C’est un texte potentiellement explosif pour la majorité présidentielle. Le 9 mars arrive sur la table du Conseil des ministres le projet de réforme du code du Travail porté par Myriam El Khomri. Majoration des heures supplémentaires, plafonnement des indemnités prud’homales, référendums en entreprise, licenciement économique : les principales mesures vont dans le sens d’un assouplissement des règles qui régissent le marché du Travail. De quoi durablement diviser (une nouvelle fois) la gauche, et recourir (peut-être) au 49.3 pour faire passer la mesure. Comme un remake de la loi Macron.
Les frondeurs aux abois. Dès l’annonce des différents points du projet de loi, les frondeurs socialistes sont montés au créneau pour dire tout le mal qu’ils en pensaient. « C’est un contresens historique », critique le député de la Nièvre Christian Paul dans Libération pour qui « les annonces du ministère du Travail (…) s’apparentent à un véritable supplice chinois ». A Europe 1, le député des Français de l’étranger Pouria Amirshahi enfonce le clou : « ce projet est une forfaiture. En tout point. Et évidemment, il ne règlera rien en matière de chômage. Au contraire même ». Au Figaro, le député de Paris Pascal Cherki ironise : « la bande-annonce n’est pas attirante et ne me laisse pas présager une appréciation favorable du film ».
Que dit le PS ? Du côté du parti socialiste, l’emballement pour le projet de loi semble aussi très limité. Sur RMC/BFM, Jean-Christophe Cambadélis a affirmé qu’il aurait « du mal à voter » la réforme « dans l’état ». « Ce texte-là pour l’instant ne montre pas son équilibre entre une flexibilité et une sécurité »., explique le premier secrétaire du PS . « On ne peut pas flexibiliser le droit du travail s’il n’y a pas la sécurité ». Le MJS (Mouvement des Jeunes Socialistes), "inquiet des premières annonces sur la réforme du code du Travail, appelle de son côté le gouvernement à revoir sa copie dans un communiqué.
Le recours au 49.3 ? Le patron du PS dit attendre les discussions parlementaires mais c’était sans compter la petite phrase de la ministre du Travail dans les Echos. « Nous prendrons nos responsabilités », déclare Myriam El Khomri qui n’exclut donc pas de recourir au 49-3 pour faire passer sa réforme. « Le débat va être très nourri, car il y a un changement de philosophie important.
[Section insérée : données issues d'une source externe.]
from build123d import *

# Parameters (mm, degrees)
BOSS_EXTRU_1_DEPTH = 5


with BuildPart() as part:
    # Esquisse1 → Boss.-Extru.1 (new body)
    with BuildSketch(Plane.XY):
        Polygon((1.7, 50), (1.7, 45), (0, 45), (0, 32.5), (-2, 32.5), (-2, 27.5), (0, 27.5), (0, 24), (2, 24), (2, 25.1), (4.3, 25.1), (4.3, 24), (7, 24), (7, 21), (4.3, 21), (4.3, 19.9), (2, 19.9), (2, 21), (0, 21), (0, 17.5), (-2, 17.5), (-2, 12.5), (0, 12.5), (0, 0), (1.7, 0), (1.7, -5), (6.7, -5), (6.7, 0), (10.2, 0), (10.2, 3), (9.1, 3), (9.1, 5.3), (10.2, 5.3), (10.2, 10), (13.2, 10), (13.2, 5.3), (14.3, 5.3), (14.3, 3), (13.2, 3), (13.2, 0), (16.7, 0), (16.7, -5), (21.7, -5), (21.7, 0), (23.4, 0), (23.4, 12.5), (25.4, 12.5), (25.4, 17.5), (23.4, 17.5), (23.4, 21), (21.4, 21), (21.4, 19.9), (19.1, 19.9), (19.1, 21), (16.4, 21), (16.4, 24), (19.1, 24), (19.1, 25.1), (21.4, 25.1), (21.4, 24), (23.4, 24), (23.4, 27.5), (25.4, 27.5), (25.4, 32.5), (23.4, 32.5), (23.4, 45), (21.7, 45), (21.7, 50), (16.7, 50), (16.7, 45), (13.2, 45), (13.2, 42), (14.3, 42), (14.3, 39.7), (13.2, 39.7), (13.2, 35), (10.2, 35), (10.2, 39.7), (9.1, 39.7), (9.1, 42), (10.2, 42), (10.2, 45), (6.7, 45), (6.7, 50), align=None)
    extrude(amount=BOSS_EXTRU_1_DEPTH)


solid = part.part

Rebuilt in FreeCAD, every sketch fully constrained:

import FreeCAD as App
import Part
import Sketcher

doc = App.newDocument("Part")
body = doc.addObject("PartDesign::Body", "Body")

sketch1 = body.newObject("Sketcher::SketchObject", "Sketch")
sketch1.AttachmentSupport = (doc.getObject("XY_Plane"), [""])
sketch1.MapMode = "FlatFace"
sketch1.addGeometry([
    Part.LineSegment(App.Vector(1.7, 50, 0), App.Vector(1.7, 45, 0)),
    Part.LineSegment(App.Vector(1.7, 45, 0), App.Vector(0, 45, 0)),
    Part.LineSegment(App.Vector(0, 45, 0), App.Vector(0, 32.5, 0)),
    Part.LineSegment(App.Vector(0, 32.5, 0), App.Vector(-2, 32.5, 0)),
    Part.LineSegment(App.Vector(-2, 32.5, 0), App.Vector(-2, 27.5, 0)),
    Part.LineSegment(App.Vector(-2, 27.5, 0), App.Vector(0, 27.5, 0)),
    Part.LineSegment(App.Vector(0, 27.5, 0), App.Vector(0, 24, 0)),
    Part.LineSegment(App.Vector(0, 24, 0), App.Vector(2, 24, 0)),
    Part.LineSegment(App.Vector(2, 24, 0), App.Vector(2, 25.1, 0)),
    Part.LineSegment(App.Vector(2, 25.1, 0), App.Vector(4.3, 25.1, 0)),
    Part.LineSegment(App.Vector(4.3, 25.1, 0), App.Vector(4.3, 24, 0)),
    Part.LineSegment(App.Vector(4.3, 24, 0), App.Vector(7, 24, 0)),
    Part.LineSegment(App.Vector(7, 24, 0), App.Vector(7, 21, 0)),
    Part.LineSegment(App.Vector(7, 21, 0), App.Vector(4.3, 21, 0)),
    Part.LineSegment(App.Vector(4.3, 21, 0), App.Vector(4.3, 19.9, 0)),
    Part.LineSegment(App.Vector(4.3, 19.9, 0), App.Vector(2, 19.9, 0)),
    Part.LineSegment(App.Vector(2, 19.9, 0), App.Vector(2, 21, 0)),
    Part.LineSegment(App.Vector(2, 21, 0), App.Vector(0, 21, 0)),
    Part.LineSegment(App.Vector(0, 21, 0), App.Vector(0, 17.5, 0)),
    Part.LineSegment(App.Vector(0, 17.5, 0), App.Vector(-2, 17.5, 0)),
    Part.LineSegment(App.Vector(-2, 17.5, 0), App.Vector(-2, 12.5, 0)),
    Part.LineSegment(App.Vector(-2, 12.5, 0), App.Vector(0, 12.5, 0)),
    Part.LineSegment(App.Vector(0, 12.5, 0), App.Vector(0, 0, 0)),
    Part.LineSegment(App.Vector(0, 0, 0), App.Vector(1.7, 0, 0)),
    Part.LineSegment(App.Vector(1.7, 0, 0), App.Vector(1.7, -5, 0)),
    Part.LineSegment(App.Vector(1.7, -5, 0), App.Vector(6.7, -5, 0)),
    Part.LineSegment(App.Vector(6.7, -5, 0), App.Vector(6.7, 0, 0)),
    Part.LineSegment(App.Vector(6.7, 0, 0), App.Vector(10.2, 0, 0)),
    Part.LineSegment(App.Vector(10.2, 0, 0), App.Vector(10.2, 3, 0)),
    Part.LineSegment(App.Vector(10.2, 3, 0), App.Vector(9.1, 3, 0)),
    Part.LineSegment(App.Vector(9.1, 3, 0), App.Vector(9.1, 5.3, 0)),
    Part.LineSegment(App.Vector(9.1, 5.3, 0), App.Vector(10.2, 5.3, 0)),
    Part.LineSegment(App.Vector(10.2, 5.3, 0), App.Vector(10.2, 10, 0)),
    Part.LineSegment(App.Vector(10.2, 10, 0), App.Vector(13.2, 10, 0)),
    Part.LineSegment(App.Vector(13.2, 10, 0), App.Vector(13.2, 5.3, 0)),
    Part.LineSegment(App.Vector(13.2, 5.3, 0), App.Vector(14.3, 5.3, 0)),
    Part.LineSegment(App.Vector(14.3, 5.3, 0), App.Vector(14.3, 3, 0)),
    Part.LineSegment(App.Vector(14.3, 3, 0), App.Vector(13.2, 3, 0)),
    Part.LineSegment(App.Vector(13.2, 3, 0), App.Vector(13.2, 0, 0)),
    Part.LineSegment(App.Vector(13.2, 0, 0), App.Vector(16.7, 0, 0)),
    Part.LineSegment(App.Vector(16.7, 0, 0), App.Vector(16.7, -5, 0)),
    Part.LineSegment(App.Vector(16.7, -5, 0), App.Vector(21.7, -5, 0)),
    Part.LineSegment(App.Vector(21.7, -5, 0), App.Vector(21.7, 0, 0)),
    Part.LineSegment(App.Vector(21.7, 0, 0), App.Vector(23.4, 0, 0)),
Je le redis : nous voulons faire avancer le pays par le dialogue social, garantir davantage des droits réels et rendre les entreprises plus compétitives », explique-t-elle.
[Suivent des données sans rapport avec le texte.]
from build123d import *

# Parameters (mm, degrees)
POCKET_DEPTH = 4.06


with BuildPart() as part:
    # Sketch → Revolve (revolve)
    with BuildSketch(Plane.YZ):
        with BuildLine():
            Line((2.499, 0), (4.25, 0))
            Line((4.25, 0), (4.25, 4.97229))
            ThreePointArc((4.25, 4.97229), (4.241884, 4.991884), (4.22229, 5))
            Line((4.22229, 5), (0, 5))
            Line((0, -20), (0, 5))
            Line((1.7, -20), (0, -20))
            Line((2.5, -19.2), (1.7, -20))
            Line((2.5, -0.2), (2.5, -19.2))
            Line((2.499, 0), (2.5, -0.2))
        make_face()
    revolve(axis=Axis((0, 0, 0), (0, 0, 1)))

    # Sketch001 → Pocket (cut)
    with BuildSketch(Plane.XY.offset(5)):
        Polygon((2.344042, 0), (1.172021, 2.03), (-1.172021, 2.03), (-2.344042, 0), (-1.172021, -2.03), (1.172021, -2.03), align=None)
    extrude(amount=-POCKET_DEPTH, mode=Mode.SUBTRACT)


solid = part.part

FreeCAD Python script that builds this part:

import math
import FreeCAD as App
import Part
import Sketcher
from FreeCAD import Vector
Q = App.Units.Quantity


def add_polygon(sketch, points):
    """Adds a closed chain of lines whose ends are joined by coincident constraints."""
    first, n = sketch.GeometryCount, len(points)
    for a, b in zip(points, points[1:] + points[:1]):
        sketch.addGeometry(Part.LineSegment(App.Vector(*a, 0), App.Vector(*b, 0)), False)
    for i in range(n):
        sketch.addConstraint(Sketcher.Constraint("Coincident", first + i, 2, first + (i + 1) % n, 1))

doc = App.newDocument("Part")
params = doc.addObject("Spreadsheet::Sheet", "Params")
for row, (alias, value) in enumerate([
    ("sketch1_height", "25 mm"),
    ("sketch1_height2", "19 mm"),
    ("sketch1_width", "1.7 mm"),
    ("revolution_angle", "360 deg"),
    ("pocket1_length", "4.06 mm"),
], start=1):
    params.set(f"A{row}", alias)
    params.set(f"B{row}", "=" + value)
    params.setAlias(f"B{row}", alias)

body = doc.addObject("PartDesign::Body", "Body")

# Sketch on YZ plane
sketch1 = doc.addObject("Sketcher::SketchObject", "Sketch")
body.addObject(sketch1)
sketch1.AttachmentSupport = (doc.YZ_Plane, [""])
sketch1.MapMode = "FlatFace"
sketch1.addGeometry(Part.LineSegment(Vector(2.499, 0, 0), Vector(4.25, 0, 0)), False)
sketch1.addGeometry(Part.LineSegment(Vector(4.25, 0, 0), Vector(4.25, 4.972, 0)), False)
sketch1.addGeometry(Part.ArcOfCircle(Part.Circle(Vector(4.222, 4.972, 0), Vector(0, 0, 1), 0.028), math.radians(0), math.radians(90)), False)
sketch1.addGeometry(Part.LineSegment(Vector(4.222, 5, 0), Vector(0, 5, 0)), False)
sketch1.addGeometry(Part.LineSegment(Vector(0, 5, 0), Vector(0, -20, 0)), False)
sketch1.addGeometry(Part.LineSegment(Vector(0, -20, 0), Vector(1.7, -20, 0)), False)
sketch1.addGeometry(Part.LineSegment(Vector(1.7, -20, 0), Vector(2.5, -19.2, 0)), False)
sketch1.addGeometry(Part.LineSegment(Vector(2.5, -19.2, 0), Vector(2.5, -0.2, 0)), False)
sketch1.addGeometry(Part.LineSegment(Vector(2.5, -0.2, 0), Vector(2.499, 0, 0)), False)
sketch1.addConstraint(Sketcher.Constraint("Coincident", 0, 2, 1, 1))
sketch1.addConstraint(Sketcher.Constraint("Coincident", 1, 2, 2, 1))
sketch1.addConstraint(Sketcher.Constraint("Coincident", 2, 2, 3, 1))
sketch1.addConstraint(Sketcher.Constraint("Coincident", 3, 2, 4, 1))
sketch1.addConstraint(Sketcher.Constraint("Coincident", 4, 2, 5, 1))
sketch1.addConstraint(Sketcher.Constraint("Coincident", 5, 2, 6, 1))
sketch1.addConstraint(Sketcher.Constraint("Coincident", 6, 2, 7, 1))
sketch1.addConstraint(Sketcher.Constraint("Coincident", 7, 2, 8, 1))
sketch1.addConstraint(Sketcher.Constraint("Coincident", 8, 2, 0, 1))
sketch1.addConstraint(Sketcher.Constraint("Horizontal", 0))
sketch1.addConstraint(Sketcher.Constraint("Vertical", 1))
sketch1.addConstraint(Sketcher.Constraint("Horizontal", 3))
sketch1.addConstraint(Sketcher.Constraint("Vertical", 4))
sketch1.addConstraint(Sketcher.Constraint("Horizontal", 5))
sketch1.addConstraint(Sketcher.Constraint("Vertical", 7))
sketch1.addConstraint(Sketcher.Constraint("PointOnObject", 0, 2, -1))
sketch1.addConstraint(Sketcher.Constraint("PointOnObject", 3, 2, -2))
sketch1.addConstraint(Sketcher.Constraint("Horizontal", 2, 3, 1, 2))
sketch1.addConstraint(Sketcher.Constraint("DistanceY", 4, 2, 4, 1, 25.0))
sketch1.addConstraint(Sketcher.Constraint("DistanceY", 7, 1, 7, 2, 19.0))
sketch1.addConstraint(Sketcher.Constraint("Angle", 6, Q("45 deg")))
sketch1.addConstraint(Sketcher.Constraint("DistanceX", 5, 1, 5, 2, 1.7))
sketch1.addConstraint(Sketcher.Constraint("DistanceY", -1, 1, 2, 2, 5.0))
sketch1.addConstraint(Sketcher.Constraint("DistanceX", -1, 1, 6, 2, 2.5))
sketch1.addConstraint(Sketcher.Constraint("DistanceX", 0, 1, 0, 2, 1.751))
sketch1.addConstraint(Sketcher.Constraint("DistanceX", -1, 1, 0, 2, 4.25))
sketch1.addConstraint(Sketcher.Constraint("Radius", 2, 0.02771))
sketch1.addConstraint(Sketcher.Constraint("DistanceX", 3, 2, 3, 1, 4.22229))
sketch1.setExpression("Constraints[18]", "Params.sketch1_height")
sketch1.setExpression("Constraints[19]", "Params.sketch1_height2")
sketch1.setExpression("Constraints[21]", "Params.sketch1_width")
revolution = doc.addObject("PartDesign::Revolution", "Revolution")
body.addObject(revolution)
revolution.Profile = sketch1
revolution.ReferenceAxis = (sketch1, ["V_Axis"])
revolution.setExpression("Angle", "Params.revolution_angle")

# Sketch on XY plane
sketch2 = doc.addObject("Sketcher::SketchObject", "Sketch001")
body.addObject(sketch2)
sketch2.AttachmentSupport = (doc.XY_Plane, [""])
sketch2.MapMode = "FlatFace"
sketch2.AttachmentOffset = App.Placement(Vector(0, 0, 5), App.Rotation())
add_polygon(sketch2, [(2.3, 0), (1.2, 2), (-1.2, 2), (-2.3, 0), (-1.2, -2), (1.2, -2)])  # lines 0-5
sketch2.addConstraint(Sketcher.Constraint("Horizontal", 1))
sketch2.addConstraint(Sketcher.Constraint("Horizontal", 4))
sketch2.addConstraint(Sketcher.Constraint("Symmetric", 0, 2, 3, 2, -1, 1))
sketch2.addConstraint(Sketcher.Constraint("Symmetric", 2, 2, 5, 2, -1, 1))
sketch2.addConstraint(Sketcher.Constraint("PointOnObject", 2, 2, -1))
sketch2.addConstraint(Sketcher.Constraint("Parallel", 2, 5))
sketch2.addConstraint(Sketcher.Constraint("Vertical", 1, 2, 3, 2))
sketch2.addConstraint(Sketcher.Constraint("Angle", 0, Q("119.999999 deg")))
sketch2.addConstraint(Sketcher.Constraint("DistanceY", -1, 1, 0, 2, 2.03))
sketch2.addConstraint(Sketcher.Constraint("DistanceX", 1, 2, 1, 1, 2.344042))
pocket1 = doc.addObject("PartDesign::Pocket", "Pocket")
body.addObject(pocket1)
pocket1.Profile = sketch2
pocket1.setExpression("Length", "Params.pocket1_length")

doc.recompute()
Si le gouvernement venait à passer en force sur ce texte avec le 49.3, la comparaison avec la loi Macron serait alors d’autant plus pertinente. Un recours potentiel qui met en tout cas vent debout les frondeurs. Pouria Armishahi y voit « la confirmation d’un gouvernement faible. D’une faiblesse rarement vue dans la Vème République » tandis que Christian Paul s’interroge : « Quid de la démocratie parlementaire ? »
La droite plutôt favorable. Outre le 49.3, la position de la droite sur la loi El Khomri ressemble fort à celle adoptée sur la loi Macron. « La loi El Khomri va dans le bon sens », a ainsi commenté Jean-François Copé dans Les Echos. Une formule reprise à l’identique par Yves Nicolin, le secrétaire national des Républicains en charge des PME-TPE dans un communiqué. « Je me réjouis que le gouvernement ait enfin décidé d’écouter les entreprises et de reprendre certaines propositions que nous faisons depuis plusieurs mois ».
Au groupe Les Républicains à l’Assemblée nationale, on confie : « ce qui est tout à fait possible, c’est que l’on soutienne certaines propositions et pas d’autres », en citant notamment l’assouplissement des 35 heures. Mais le possible recours au 49.3 met au moins d’accord la droite et les fondeurs sur un point. « C’est quelque chose de terrible, on s’opposera à la forme, c’est un aveu de faiblesse terrible du gouvernement », explique-t-on.